Instructions to follow: Every line below from the one containing "fillet(fillet2_edges, radius=FILLET2_R)" through the one containing "# Sketch5 → Cut-Extrude1 (cut)" must be transcribed exactly. Omit all lines outside that stretch.

Excerpted records:
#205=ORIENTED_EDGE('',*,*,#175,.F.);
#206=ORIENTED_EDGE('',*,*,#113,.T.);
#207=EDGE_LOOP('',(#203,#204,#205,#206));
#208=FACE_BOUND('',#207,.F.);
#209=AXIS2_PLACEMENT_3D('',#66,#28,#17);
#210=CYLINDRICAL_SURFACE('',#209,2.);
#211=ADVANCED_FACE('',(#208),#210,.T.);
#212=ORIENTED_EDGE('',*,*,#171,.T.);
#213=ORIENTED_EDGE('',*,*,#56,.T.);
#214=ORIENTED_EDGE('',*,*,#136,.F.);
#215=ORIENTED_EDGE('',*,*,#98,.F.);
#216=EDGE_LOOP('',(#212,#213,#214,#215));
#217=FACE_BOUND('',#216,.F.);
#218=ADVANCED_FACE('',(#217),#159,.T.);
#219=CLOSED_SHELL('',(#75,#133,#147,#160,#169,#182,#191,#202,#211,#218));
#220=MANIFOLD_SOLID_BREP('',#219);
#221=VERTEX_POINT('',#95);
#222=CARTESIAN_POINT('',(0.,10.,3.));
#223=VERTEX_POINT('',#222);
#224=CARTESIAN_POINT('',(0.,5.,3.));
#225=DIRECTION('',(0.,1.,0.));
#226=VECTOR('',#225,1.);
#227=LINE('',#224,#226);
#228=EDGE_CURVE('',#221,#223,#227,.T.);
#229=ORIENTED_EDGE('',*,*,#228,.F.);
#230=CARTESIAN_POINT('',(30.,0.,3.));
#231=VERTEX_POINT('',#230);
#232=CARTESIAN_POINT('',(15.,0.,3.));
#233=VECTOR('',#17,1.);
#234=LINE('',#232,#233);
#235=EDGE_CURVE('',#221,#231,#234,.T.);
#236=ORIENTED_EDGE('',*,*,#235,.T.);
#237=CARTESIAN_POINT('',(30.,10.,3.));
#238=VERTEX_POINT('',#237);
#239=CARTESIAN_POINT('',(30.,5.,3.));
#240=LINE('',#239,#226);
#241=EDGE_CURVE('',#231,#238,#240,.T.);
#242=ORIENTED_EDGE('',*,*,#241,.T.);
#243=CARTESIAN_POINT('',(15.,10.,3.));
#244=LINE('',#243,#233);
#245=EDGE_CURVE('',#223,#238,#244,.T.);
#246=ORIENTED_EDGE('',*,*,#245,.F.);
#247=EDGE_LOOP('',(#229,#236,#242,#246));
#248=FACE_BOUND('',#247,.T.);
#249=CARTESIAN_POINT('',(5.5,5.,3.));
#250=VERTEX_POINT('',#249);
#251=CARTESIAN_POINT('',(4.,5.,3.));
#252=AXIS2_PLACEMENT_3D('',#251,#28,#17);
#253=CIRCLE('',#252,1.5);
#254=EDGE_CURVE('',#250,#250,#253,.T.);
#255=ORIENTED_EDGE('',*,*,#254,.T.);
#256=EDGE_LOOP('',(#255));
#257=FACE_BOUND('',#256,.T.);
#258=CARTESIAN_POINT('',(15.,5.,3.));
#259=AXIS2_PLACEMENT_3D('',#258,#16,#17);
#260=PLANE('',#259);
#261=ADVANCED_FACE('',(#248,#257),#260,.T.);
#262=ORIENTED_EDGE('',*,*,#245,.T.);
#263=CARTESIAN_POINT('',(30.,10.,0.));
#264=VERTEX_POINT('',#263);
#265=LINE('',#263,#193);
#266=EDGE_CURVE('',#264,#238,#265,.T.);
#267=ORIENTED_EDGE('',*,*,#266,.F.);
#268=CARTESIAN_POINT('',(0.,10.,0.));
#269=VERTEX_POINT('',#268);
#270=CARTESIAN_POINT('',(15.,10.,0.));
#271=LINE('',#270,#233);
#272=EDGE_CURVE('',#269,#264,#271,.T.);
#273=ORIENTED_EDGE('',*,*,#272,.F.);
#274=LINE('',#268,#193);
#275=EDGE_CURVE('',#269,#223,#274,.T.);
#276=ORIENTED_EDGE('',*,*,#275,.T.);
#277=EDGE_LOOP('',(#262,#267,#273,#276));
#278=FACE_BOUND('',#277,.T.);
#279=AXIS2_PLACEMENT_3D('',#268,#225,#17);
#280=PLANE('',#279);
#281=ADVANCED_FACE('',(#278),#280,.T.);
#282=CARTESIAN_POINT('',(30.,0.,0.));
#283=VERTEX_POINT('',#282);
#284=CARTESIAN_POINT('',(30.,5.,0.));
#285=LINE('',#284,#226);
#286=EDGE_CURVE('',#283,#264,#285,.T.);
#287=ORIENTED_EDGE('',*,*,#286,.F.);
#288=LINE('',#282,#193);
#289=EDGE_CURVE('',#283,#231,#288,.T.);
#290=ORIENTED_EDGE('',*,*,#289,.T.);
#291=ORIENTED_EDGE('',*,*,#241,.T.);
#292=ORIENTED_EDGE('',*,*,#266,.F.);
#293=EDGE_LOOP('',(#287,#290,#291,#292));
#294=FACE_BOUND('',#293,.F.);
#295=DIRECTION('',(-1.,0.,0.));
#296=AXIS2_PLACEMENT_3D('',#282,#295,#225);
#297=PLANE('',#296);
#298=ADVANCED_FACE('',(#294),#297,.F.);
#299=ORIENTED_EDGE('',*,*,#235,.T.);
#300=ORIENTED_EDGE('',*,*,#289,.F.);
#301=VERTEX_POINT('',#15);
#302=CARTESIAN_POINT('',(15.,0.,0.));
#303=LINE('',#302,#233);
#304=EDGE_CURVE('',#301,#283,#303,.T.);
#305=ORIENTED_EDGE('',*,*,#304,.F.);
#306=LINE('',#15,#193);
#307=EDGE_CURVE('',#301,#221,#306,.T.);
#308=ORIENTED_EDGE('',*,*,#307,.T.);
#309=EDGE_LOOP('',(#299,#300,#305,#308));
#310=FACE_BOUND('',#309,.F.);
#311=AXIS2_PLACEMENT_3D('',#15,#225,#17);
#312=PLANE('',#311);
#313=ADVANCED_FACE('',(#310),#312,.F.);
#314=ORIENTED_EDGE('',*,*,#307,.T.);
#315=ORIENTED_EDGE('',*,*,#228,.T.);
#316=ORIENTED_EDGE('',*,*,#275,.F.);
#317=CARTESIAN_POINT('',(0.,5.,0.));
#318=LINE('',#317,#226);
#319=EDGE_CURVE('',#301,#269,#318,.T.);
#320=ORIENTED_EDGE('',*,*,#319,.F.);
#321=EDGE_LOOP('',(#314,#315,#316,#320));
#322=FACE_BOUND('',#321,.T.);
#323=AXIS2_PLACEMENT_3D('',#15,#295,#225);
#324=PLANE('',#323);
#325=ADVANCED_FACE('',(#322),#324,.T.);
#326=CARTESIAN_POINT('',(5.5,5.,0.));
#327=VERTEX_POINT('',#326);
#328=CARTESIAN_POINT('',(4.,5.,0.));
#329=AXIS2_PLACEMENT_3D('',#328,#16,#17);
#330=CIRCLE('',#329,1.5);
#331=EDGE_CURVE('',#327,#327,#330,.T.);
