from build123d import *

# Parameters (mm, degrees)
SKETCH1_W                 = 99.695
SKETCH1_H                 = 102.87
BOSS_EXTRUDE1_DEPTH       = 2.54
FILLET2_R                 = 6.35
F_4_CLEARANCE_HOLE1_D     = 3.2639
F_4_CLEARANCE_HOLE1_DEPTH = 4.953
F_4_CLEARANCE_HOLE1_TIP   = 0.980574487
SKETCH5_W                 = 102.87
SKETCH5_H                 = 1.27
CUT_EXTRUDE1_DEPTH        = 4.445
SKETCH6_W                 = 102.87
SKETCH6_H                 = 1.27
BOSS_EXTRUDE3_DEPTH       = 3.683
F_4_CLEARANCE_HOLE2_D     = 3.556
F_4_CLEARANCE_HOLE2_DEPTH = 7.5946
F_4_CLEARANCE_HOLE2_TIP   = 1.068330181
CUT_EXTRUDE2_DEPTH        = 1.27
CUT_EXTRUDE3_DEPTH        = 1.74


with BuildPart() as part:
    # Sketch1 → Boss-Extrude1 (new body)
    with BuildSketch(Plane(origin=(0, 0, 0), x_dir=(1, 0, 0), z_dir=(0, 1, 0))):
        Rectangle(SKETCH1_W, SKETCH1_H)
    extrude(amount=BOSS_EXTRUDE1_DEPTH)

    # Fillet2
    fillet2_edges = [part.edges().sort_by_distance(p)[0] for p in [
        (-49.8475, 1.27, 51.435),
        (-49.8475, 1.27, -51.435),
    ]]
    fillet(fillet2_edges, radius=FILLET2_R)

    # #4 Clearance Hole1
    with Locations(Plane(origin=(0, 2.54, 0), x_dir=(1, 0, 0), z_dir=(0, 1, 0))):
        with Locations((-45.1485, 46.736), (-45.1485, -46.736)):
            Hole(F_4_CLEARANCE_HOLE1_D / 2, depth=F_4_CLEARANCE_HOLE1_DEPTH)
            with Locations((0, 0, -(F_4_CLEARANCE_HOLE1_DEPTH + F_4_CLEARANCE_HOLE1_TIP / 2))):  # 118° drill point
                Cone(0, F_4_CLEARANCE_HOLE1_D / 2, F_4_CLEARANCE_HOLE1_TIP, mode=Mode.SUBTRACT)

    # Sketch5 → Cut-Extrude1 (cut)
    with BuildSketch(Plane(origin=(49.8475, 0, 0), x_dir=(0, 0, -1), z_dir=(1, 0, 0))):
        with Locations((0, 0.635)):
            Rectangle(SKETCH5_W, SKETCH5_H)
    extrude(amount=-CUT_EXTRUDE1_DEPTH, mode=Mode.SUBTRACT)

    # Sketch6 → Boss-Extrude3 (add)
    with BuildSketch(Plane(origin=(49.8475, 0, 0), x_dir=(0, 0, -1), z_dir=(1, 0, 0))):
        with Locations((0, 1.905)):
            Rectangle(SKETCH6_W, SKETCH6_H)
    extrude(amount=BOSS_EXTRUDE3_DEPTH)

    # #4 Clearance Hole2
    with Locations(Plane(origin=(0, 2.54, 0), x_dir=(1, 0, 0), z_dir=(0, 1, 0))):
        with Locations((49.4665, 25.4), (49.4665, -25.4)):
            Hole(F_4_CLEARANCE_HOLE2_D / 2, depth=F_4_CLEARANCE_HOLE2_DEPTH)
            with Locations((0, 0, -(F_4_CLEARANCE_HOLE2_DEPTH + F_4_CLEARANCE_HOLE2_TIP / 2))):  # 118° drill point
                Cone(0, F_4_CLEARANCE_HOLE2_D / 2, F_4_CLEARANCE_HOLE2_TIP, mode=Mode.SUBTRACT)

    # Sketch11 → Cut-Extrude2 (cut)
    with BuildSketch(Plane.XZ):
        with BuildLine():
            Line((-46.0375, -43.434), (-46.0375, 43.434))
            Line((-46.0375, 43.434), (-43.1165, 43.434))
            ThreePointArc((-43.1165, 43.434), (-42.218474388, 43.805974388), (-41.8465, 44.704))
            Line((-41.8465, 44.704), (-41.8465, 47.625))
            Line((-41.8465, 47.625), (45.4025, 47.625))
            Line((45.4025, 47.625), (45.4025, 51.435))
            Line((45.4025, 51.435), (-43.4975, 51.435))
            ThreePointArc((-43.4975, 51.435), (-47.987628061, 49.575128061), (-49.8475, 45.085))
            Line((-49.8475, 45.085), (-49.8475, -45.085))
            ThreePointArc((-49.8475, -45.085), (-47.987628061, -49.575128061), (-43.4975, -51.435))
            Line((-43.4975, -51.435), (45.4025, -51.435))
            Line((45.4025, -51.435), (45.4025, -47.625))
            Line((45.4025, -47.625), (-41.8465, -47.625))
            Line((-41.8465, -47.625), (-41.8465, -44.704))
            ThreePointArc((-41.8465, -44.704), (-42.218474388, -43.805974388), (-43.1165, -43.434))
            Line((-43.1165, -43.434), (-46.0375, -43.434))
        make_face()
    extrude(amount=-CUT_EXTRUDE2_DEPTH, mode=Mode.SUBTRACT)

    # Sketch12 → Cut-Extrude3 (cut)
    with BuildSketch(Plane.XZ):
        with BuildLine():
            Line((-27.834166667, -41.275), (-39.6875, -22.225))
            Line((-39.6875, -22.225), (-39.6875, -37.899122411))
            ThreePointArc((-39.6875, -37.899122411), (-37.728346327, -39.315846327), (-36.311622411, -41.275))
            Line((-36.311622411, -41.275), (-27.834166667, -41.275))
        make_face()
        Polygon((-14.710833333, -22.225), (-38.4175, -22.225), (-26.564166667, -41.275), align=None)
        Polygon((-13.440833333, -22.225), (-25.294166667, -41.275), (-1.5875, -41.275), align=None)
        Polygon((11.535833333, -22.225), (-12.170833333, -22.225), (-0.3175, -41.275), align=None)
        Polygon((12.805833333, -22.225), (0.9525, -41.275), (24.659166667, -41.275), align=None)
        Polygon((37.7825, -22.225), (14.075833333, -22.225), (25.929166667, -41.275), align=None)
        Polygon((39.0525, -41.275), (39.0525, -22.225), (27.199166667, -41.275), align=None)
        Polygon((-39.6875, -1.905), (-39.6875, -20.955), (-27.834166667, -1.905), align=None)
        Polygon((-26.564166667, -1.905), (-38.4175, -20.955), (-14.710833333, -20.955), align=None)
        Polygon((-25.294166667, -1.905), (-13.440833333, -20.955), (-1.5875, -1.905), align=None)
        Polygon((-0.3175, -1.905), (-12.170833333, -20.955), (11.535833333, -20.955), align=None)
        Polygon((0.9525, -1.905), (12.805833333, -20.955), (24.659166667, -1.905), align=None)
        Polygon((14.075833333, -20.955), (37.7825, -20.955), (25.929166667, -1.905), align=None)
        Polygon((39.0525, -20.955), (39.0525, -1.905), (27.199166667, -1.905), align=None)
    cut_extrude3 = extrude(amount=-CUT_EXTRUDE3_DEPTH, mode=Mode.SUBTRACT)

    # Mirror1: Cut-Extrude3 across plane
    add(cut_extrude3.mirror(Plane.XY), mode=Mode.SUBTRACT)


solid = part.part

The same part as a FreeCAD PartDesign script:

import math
import FreeCAD as App
import Part
import Sketcher
Q = App.Units.Quantity


def edges_at(feature, points):
    """Names of the edges that pass closest to the given points."""
    edges = feature.Shape.Edges
    near = lambda p: min(range(len(edges)), key=lambda i: edges[i].distToShape(Part.Vertex(*p))[0])
    return sorted({f"Edge{near(p) + 1}" for p in points})

doc = App.newDocument("Part")
body = doc.addObject("PartDesign::Body", "Body")

# Sketch on XZ plane
sketch1 = body.newObject("Sketcher::SketchObject", "Sketch")
sketch1.AttachmentSupport = (doc.getObject("XZ_Plane"), [""])
sketch1.MapMode = "FlatFace"
sketch1.addGeometry([
    Part.LineSegment(App.Vector(-50, -51, 0), App.Vector(-50, 51, 0)),
    Part.LineSegment(App.Vector(-50, 51, 0), App.Vector(50, 51, 0)),
    Part.LineSegment(App.Vector(50, 51, 0), App.Vector(50, -51, 0)),
    Part.LineSegment(App.Vector(50, -51, 0), App.Vector(-50, -51, 0)),
], False)
sketch1.addConstraint([
    Sketcher.Constraint("Coincident", 0, 2, 1, 1),
    Sketcher.Constraint("Coincident", 1, 2, 2, 1),
    Sketcher.Constraint("Coincident", 2, 2, 3, 1),
    Sketcher.Constraint("Coincident", 3, 2, 0, 1),
    Sketcher.Constraint("Vertical", 0),
    Sketcher.Constraint("Horizontal", 1),
    Sketcher.Constraint("Vertical", 2),
    Sketcher.Constraint("Horizontal", 3),
    Sketcher.Constraint("Symmetric", 0, 2, 2, 2, -1, 1),
    Sketcher.Constraint("DistanceY", 0, 1, 0, 2, Q("4.05 in")),
    Sketcher.Constraint("DistanceX", 1, 1, 1, 2, Q("3.925 in")),
])
pad1 = body.newObject("PartDesign::Pad", "Pad")
pad1.Profile = sketch1
pad1.Length = Q("0.1 in")
pad1.Reversed = True
doc.recompute()

fillet = body.newObject("PartDesign::Fillet", "Fillet")
fillet.Base = (pad1, edges_at(pad1, [(-49.847, 1.27, 51.435), (-49.847, 1.27, -51.435)]))
fillet.Radius = Q("0.25 in")

# Sketch on XZ plane
sketch2 = body.newObject("Sketcher::SketchObject", "Sketch001")
sketch2.AttachmentSupport = (doc.getObject("XZ_Plane"), [""])
sketch2.MapMode = "FlatFace"
sketch2.AttachmentOffset = App.Placement(App.Vector(0, 0, -0.1 * 25.4), App.Rotation())
sketch2.addGeometry([
    Part.Circle(App.Vector(-45.1, -46.7, 0), App.Vector(0, 0, 1), 1.6),
    Part.Circle(App.Vector(-45.1, 46.7, 0), App.Vector(0, 0, 1), 1.6),
], False)
sketch2.addConstraint([
    Sketcher.Constraint("Equal", 0, 1),
    Sketcher.Constraint("Symmetric", 0, 3, 1, 3, -1),
    Sketcher.Constraint("Diameter", 0, Q("0.1285 in")),
    Sketcher.Constraint("DistanceY", 0, 3, -1, 1, Q("1.84 in")),
    Sketcher.Constraint("DistanceX", 0, 3, -1, 1, Q("1.7775 in")),
])
doc.recompute()
hole = body.newObject("PartDesign::Hole", "Hole")
hole.Profile = sketch2
hole.ThreadType = "None"
hole.Diameter = Q("0.1285 in")
hole.DepthType = "Dimension"
hole.Depth = Q("0.195 in")
hole.DrillPoint = "Angled"
hole.DrillPointAngle = 118
hole.Reversed = True

# Sketch on YZ plane
sketch3 = body.newObject("Sketcher::SketchObject", "Sketch002")
sketch3.AttachmentSupport = (doc.getObject("YZ_Plane"), [""])
sketch3.MapMode = "FlatFace"
sketch3.AttachmentOffset = App.Placement(App.Vector(0, 0, 1.9625 * 25.4), App.Rotation())
sketch3.addGeometry([
    Part.LineSegment(App.Vector(1.3, 51.4, 0), App.Vector(0, 51.4, 0)),
    Part.LineSegment(App.Vector(0, 51.4, 0), App.Vector(0, -51.4, 0)),
    Part.LineSegment(App.Vector(0, -51.4, 0), App.Vector(1.3, -51.4, 0)),
    Part.LineSegment(App.Vector(1.3, -51.4, 0), App.Vector(1.3, 51.4, 0)),
], False)
sketch3.addConstraint([
    Sketcher.Constraint("Coincident", 0, 2, 1, 1),
    Sketcher.Constraint("Coincident", 1, 2, 2, 1),
    Sketcher.Constraint("Coincident", 2, 2, 3, 1),
    Sketcher.Constraint("Coincident", 3, 2, 0, 1),
    Sketcher.Constraint("Horizontal", 0),
    Sketcher.Constraint("Vertical", 1),
    Sketcher.Constraint("Horizontal", 2),
    Sketcher.Constraint("Vertical", 3),
    Sketcher.Constraint("Symmetric", 0, 2, 1, 2, -1, 1),
    Sketcher.Constraint("DistanceX", 0, 2, 0, 1, Q("0.05 in")),
    Sketcher.Constraint("DistanceY", 1, 2, 1, 1, Q("4.05 in")),
])
pocket1 = body.newObject("PartDesign::Pocket", "Pocket")
pocket1.Profile = sketch3
pocket1.Length = Q("0.175 in")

The completed task:
    fillet(fillet2_edges, radius=FILLET2_R)

    # #4 Clearance Hole1
    with Locations(Plane(origin=(0, 2.54, 0), x_dir=(1, 0, 0), z_dir=(0, 1, 0))):
        with Locations((-45.1485, 46.736), (-45.1485, -46.736)):
            Hole(F_4_CLEARANCE_HOLE1_D / 2, depth=F_4_CLEARANCE_HOLE1_DEPTH)
            with Locations((0, 0, -(F_4_CLEARANCE_HOLE1_DEPTH + F_4_CLEARANCE_HOLE1_TIP / 2))):  # 118° drill point
                Cone(0, F_4_CLEARANCE_HOLE1_D / 2, F_4_CLEARANCE_HOLE1_TIP, mode=Mode.SUBTRACT)

    # Sketch5 → Cut-Extrude1 (cut)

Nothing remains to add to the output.